An iodine compound is produced by performing an iodination reaction using alcohol and hydroiodic acid while distilling off water from the reaction system. The alcohol is represented by the general formula R—OH, where R is an integer of a linear, branched or cyclic hydrocarbon group having 5 to 12 carbon atoms,
Scheme (1): R-OH + HI → R-I + H 2 O
In accordance with the present invention, an iodine compound is produced which is represented by the general formula R-I, wherein R is an integer of straight chain, branched or cyclic hydrocarbon group having 5 to 12 carbon atoms.

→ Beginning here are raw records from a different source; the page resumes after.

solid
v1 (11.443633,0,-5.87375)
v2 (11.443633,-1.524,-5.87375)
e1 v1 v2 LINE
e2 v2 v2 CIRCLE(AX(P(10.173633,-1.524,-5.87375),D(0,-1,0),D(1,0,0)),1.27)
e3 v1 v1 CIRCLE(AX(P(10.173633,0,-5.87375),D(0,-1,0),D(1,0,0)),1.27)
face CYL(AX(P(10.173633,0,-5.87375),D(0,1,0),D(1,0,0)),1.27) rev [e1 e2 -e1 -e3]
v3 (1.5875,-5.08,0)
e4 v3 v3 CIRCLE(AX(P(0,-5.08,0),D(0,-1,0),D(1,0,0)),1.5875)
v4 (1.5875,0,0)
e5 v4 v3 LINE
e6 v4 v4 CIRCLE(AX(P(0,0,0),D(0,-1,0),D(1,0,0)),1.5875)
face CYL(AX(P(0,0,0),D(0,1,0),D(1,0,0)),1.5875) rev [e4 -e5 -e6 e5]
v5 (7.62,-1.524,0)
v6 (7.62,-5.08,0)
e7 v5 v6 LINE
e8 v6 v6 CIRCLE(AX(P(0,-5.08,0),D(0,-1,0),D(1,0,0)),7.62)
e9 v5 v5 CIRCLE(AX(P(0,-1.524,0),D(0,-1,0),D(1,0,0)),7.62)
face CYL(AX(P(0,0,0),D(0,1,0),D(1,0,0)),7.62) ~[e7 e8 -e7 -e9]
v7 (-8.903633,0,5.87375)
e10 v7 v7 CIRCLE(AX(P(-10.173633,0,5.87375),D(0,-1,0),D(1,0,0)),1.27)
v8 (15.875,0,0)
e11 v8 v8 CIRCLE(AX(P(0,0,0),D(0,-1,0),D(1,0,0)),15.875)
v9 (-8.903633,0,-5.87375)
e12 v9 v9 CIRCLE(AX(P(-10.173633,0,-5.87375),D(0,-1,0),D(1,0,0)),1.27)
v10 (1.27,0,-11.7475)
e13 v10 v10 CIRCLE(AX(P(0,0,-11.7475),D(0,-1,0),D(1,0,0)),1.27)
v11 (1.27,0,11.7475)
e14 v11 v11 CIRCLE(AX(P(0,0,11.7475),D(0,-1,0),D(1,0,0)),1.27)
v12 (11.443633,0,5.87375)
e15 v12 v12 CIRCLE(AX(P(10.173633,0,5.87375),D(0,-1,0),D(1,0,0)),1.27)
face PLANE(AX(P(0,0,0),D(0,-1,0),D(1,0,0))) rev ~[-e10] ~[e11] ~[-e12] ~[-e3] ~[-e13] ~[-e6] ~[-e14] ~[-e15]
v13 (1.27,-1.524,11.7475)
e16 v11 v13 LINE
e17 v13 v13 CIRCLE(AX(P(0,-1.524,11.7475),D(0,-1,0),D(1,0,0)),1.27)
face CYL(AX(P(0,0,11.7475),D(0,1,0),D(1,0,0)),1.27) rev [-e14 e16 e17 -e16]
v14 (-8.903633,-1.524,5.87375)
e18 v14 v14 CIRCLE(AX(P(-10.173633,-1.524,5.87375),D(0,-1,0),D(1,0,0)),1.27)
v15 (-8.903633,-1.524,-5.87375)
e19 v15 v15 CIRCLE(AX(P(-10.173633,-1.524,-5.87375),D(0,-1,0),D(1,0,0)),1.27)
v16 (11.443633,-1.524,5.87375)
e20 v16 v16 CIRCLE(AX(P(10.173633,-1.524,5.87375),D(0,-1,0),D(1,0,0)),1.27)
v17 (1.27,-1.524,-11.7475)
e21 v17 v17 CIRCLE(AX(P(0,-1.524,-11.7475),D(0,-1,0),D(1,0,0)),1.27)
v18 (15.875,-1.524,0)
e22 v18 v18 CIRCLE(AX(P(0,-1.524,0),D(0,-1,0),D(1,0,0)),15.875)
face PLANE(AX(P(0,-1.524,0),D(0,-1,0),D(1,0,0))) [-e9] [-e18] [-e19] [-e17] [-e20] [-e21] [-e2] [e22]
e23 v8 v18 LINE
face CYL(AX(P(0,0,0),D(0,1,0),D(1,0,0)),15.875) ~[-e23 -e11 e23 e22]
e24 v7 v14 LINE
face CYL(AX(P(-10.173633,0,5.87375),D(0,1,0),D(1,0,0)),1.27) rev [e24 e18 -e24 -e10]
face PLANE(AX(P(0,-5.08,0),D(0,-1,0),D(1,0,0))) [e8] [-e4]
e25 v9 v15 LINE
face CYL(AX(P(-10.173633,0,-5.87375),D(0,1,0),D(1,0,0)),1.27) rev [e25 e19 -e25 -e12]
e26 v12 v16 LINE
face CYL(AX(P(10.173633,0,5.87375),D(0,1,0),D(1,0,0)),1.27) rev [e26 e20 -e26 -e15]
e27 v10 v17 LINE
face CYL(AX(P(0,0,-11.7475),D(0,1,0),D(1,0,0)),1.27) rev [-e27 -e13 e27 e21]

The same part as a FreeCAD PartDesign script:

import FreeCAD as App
import Part
import Sketcher
from FreeCAD import Vector
Q = App.Units.Quantity

doc = App.newDocument("Part")
body = doc.addObject("PartDesign::Body", "Body")

sketch1 = body.newObject("Sketcher::SketchObject", "Sketch")
sketch1.AttachmentSupport = (doc.getObject("XZ_Plane"), [""])
sketch1.MapMode = "FlatFace"
sketch1.addGeometry([
    Part.Circle(Vector(0, 0, 0), Vector(0, 0, 1), 15.9),
    Part.Circle(Vector(-10.2, -5.9, 0), Vector(0, 0, 1), 1.3),
    Part.Circle(Vector(0, -11.7, 0), Vector(0, 0, 1), 1.3),
    Part.Circle(Vector(10.2, -5.9, 0), Vector(0, 0, 1), 1.3),
    Part.Circle(Vector(-10.2, 5.9, 0), Vector(0, 0, 1), 1.3),
    Part.Circle(Vector(0, 0, 0), Vector(0, 0, 1), 7.6),
    Part.Circle(Vector(10.2, 5.9, 0), Vector(0, 0, 1), 1.3),
    Part.Circle(Vector(0, 11.7, 0), Vector(0, 0, 1), 1.3),
], False)
sketch1.addConstraint([
    Sketcher.Constraint("Coincident", 0, 3, -1, 1),
    Sketcher.Constraint("Coincident", 5, 3, -1, 1),
    Sketcher.Constraint("Equal", 1, 2),
    Sketcher.Constraint("Equal", 2, 3),
    Sketcher.Constraint("Equal", 3, 4),
    Sketcher.Constraint("Equal", 4, 6),
    Sketcher.Constraint("Equal", 6, 7),
    Sketcher.Constraint("Symmetric", 3, 3, 4, 3, -1, 1),
    Sketcher.Constraint("Symmetric", 1, 3, 6, 3, -1, 1),
    Sketcher.Constraint("Symmetric", 2, 3, 7, 3, -1, 1),
    Sketcher.Constraint("Symmetric", 1, 3, 3, 3, -2),
    Sketcher.Constraint("PointOnObject", 2, 3, -2),
    Sketcher.Constraint("Diameter", 1, Q("0.1 in")),
    Sketcher.Constraint("Diameter", 5, Q("0.6 in")),
    Sketcher.Constraint("Diameter", 0, Q("1.25 in")),
    Sketcher.Constraint("DistanceY", 2, 3, -1, 1, Q("0.4625 in")),
    Sketcher.Constraint("DistanceY", 1, 3, 4, 3, Q("0.4625 in")),
    Sketcher.Constraint("DistanceX", 1, 3, -1, 1, 10.173633),
])
pad1 = body.newObject("PartDesign::Pad", "Pad")
pad1.Profile = sketch1
pad1.Length = Q("0.06 in")

sketch2 = body.newObject("Sketcher::SketchObject", "Sketch001")
sketch2.AttachmentSupport = (doc.getObject("XZ_Plane"), [""])
sketch2.MapMode = "FlatFace"
sketch2.addGeometry([
    Part.Circle(Vector(0, 0, 0), Vector(0, 0, 1), 7.6),
    Part.Circle(Vector(0, 0, 0), Vector(0, 0, 1), 1.6),
], False)
sketch2.addConstraint([
    Sketcher.Constraint("Coincident", 0, 3, -1, 1),
    Sketcher.Constraint("Coincident", 1, 3, -1, 1),
    Sketcher.Constraint("Diameter", 0, Q("0.6 in")),
    Sketcher.Constraint("Diameter", 1, Q("0.125 in")),
])
pad2 = body.newObject("PartDesign::Pad", "Pad001")
pad2.Profile = sketch2
pad2.Length = Q("0.2 in")

doc.recompute()
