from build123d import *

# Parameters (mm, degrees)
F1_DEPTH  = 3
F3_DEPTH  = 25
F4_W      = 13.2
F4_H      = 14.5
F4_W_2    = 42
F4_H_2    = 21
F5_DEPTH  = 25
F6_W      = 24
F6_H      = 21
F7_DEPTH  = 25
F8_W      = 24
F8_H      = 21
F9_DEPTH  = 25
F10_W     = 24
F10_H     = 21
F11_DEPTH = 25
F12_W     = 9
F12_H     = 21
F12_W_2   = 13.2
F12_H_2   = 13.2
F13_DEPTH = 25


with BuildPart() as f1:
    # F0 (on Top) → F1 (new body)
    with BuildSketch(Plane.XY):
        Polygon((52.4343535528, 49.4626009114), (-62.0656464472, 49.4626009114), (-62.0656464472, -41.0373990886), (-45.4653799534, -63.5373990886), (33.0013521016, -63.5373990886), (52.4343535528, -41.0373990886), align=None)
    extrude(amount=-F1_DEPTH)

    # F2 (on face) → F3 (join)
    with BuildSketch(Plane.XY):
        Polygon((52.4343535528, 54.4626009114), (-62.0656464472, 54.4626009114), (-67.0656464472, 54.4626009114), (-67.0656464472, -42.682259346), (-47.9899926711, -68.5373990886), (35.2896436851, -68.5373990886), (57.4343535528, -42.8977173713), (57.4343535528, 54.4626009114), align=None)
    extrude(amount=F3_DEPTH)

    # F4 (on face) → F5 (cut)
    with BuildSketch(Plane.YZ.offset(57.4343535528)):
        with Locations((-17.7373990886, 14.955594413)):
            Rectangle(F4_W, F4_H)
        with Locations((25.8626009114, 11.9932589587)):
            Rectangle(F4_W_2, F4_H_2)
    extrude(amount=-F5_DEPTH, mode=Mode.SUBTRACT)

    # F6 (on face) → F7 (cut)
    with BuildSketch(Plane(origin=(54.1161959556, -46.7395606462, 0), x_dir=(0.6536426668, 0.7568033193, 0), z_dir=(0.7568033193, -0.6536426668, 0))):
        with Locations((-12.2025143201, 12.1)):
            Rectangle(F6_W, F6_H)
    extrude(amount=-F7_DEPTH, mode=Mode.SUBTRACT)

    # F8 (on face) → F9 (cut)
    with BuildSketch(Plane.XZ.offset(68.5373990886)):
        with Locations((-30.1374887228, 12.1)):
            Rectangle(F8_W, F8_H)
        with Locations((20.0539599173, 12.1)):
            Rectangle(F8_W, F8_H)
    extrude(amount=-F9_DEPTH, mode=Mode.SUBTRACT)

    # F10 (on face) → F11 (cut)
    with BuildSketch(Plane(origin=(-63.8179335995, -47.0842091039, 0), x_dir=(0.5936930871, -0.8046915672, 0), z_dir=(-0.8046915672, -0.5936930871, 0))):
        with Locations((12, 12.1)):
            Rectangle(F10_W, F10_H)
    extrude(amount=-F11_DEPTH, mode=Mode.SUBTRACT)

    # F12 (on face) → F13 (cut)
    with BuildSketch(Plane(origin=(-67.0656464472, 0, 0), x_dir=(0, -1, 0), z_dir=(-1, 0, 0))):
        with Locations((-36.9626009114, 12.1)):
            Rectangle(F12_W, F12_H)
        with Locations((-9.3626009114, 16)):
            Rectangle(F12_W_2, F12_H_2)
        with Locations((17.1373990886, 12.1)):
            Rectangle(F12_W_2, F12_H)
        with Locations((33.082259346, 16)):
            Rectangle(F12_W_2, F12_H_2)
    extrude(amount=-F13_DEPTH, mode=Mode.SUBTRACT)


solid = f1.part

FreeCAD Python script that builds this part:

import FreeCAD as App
import Part
import Sketcher

doc = App.newDocument("Part")
body = doc.addObject("PartDesign::Body", "Body")

# Sketch on XY plane
sketch1 = body.newObject("Sketcher::SketchObject", "Sketch")
sketch1.AttachmentSupport = (doc.getObject("XY_Plane"), [""])
sketch1.MapMode = "FlatFace"
sketch1.addGeometry([
    Part.LineSegment(App.Vector(52, 49, 0), App.Vector(-62, 49, 0)),  # 0
    Part.LineSegment(App.Vector(-62, 49, 0), App.Vector(-62, -41, 0)),  # 1
    Part.LineSegment(App.Vector(-62, -41, 0), App.Vector(-45, -64, 0)),  # 2
    Part.LineSegment(App.Vector(-45, -64, 0), App.Vector(33, -64, 0)),  # 3
    Part.LineSegment(App.Vector(33, -64, 0), App.Vector(52, -41, 0)),  # 4
    Part.LineSegment(App.Vector(52, -41, 0), App.Vector(52, 49, 0)),  # 5
], False)
sketch1.addConstraint([
    Sketcher.Constraint("Coincident", 0, 2, 1, 1),
    Sketcher.Constraint("Coincident", 1, 2, 2, 1),
    Sketcher.Constraint("Coincident", 2, 2, 3, 1),
    Sketcher.Constraint("Coincident", 3, 2, 4, 1),
    Sketcher.Constraint("Coincident", 4, 2, 5, 1),
    Sketcher.Constraint("Coincident", 5, 2, 0, 1),
    Sketcher.Constraint("Horizontal", 0),
    Sketcher.Constraint("Vertical", 1),
    Sketcher.Constraint("Horizontal", 3),
    Sketcher.Constraint("Vertical", 5),
    Sketcher.Constraint("Horizontal", 1, 2, 4, 2),
    Sketcher.Constraint("DistanceX", 0, 2, 0, 1, 114.5),
    Sketcher.Constraint("DistanceY", 1, 2, 1, 1, 90.5),
    Sketcher.Constraint("DistanceY", 2, 2, 0, 2, 113.0),
    Sketcher.Constraint("DistanceX", 1, 2, 3, 2, 95.066999),
    Sketcher.Constraint("DistanceY", -1, 1, 0, 2, 49.462601),
    Sketcher.Constraint("DistanceX", 3, 1, 3, 2, 78.466732),
    Sketcher.Constraint("DistanceX", 2, 2, -1, 1, 45.46538),
])
pad1 = body.newObject("PartDesign::Pad", "Pad")
pad1.Profile = sketch1
pad1.Length = 3
pad1.Reversed = True

# Sketch on XY plane
sketch2 = body.newObject("Sketcher::SketchObject", "Sketch001")
sketch2.AttachmentSupport = (doc.getObject("XY_Plane"), [""])
sketch2.MapMode = "FlatFace"
sketch2.addGeometry([
    Part.LineSegment(App.Vector(-67, 54, 0), App.Vector(-67, -43, 0)),  # 0
    Part.LineSegment(App.Vector(-67, -43, 0), App.Vector(-48, -69, 0)),  # 1
    Part.LineSegment(App.Vector(-48, -69, 0), App.Vector(35, -69, 0)),  # 2
    Part.LineSegment(App.Vector(35, -69, 0), App.Vector(57, -43, 0)),  # 3
    Part.LineSegment(App.Vector(57, -43, 0), App.Vector(57, 54, 0)),  # 4
    Part.LineSegment(App.Vector(57, 54, 0), App.Vector(-67, 54, 0)),  # 5
], False)
sketch2.addConstraint([
    Sketcher.Constraint("Coincident", 0, 2, 1, 1),
    Sketcher.Constraint("Coincident", 1, 2, 2, 1),
    Sketcher.Constraint("Coincident", 2, 2, 3, 1),
    Sketcher.Constraint("Coincident", 3, 2, 4, 1),
    Sketcher.Constraint("Coincident", 4, 2, 5, 1),
    Sketcher.Constraint("Coincident", 5, 2, 0, 1),
    Sketcher.Constraint("Vertical", 0),
    Sketcher.Constraint("Horizontal", 2),
    Sketcher.Constraint("Vertical", 4),
    Sketcher.Constraint("Horizontal", 5),
    Sketcher.Constraint("DistanceX", 5, 2, 5, 1, 124.5),
    Sketcher.Constraint("DistanceY", 2, 2, 4, 2, 123.0),
    Sketcher.Constraint("DistanceY", 0, 2, 0, 1, 97.14486),
    Sketcher.Constraint("DistanceY", 4, 1, 4, 2, 97.360318),
    Sketcher.Constraint("DistanceY", 1, 2, -1, 1, 68.537399),
    Sketcher.Constraint("DistanceX", 2, 1, 2, 2, 83.279636),
    Sketcher.Constraint("DistanceX", 0, 2, 2, 2, 102.35529),
    Sketcher.Constraint("DistanceX", 0, 2, -1, 1, 67.065646),
])
pad2 = body.newObject("PartDesign::Pad", "Pad001")
pad2.Profile = sketch2
pad2.Length = 25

The method for producing an iodine compound according to claim 1. The alcohol is represented by the general formula HO (CH ₂ ) _n OH, wherein n is an integer glycol of 2 or more and 12 or less,
Scheme _{(2): HO (CH 2} ) n OH + 2HI → I (CH 2) n I + 2H 2 O
_{2. The} method for producing an iodine compound according to claim 1, wherein a diiodine compound represented by the general formula I (CH ₂ ) _n I is used, wherein n is an integer of 2 or more and 12 or less. The iodination reaction is carried out while distilling off water so that the concentration of hydroiodic acid in the aqueous layer is 40% by weight or more and 58% by weight or less in the reaction system. A method for producing the iodine compound according to claim 1.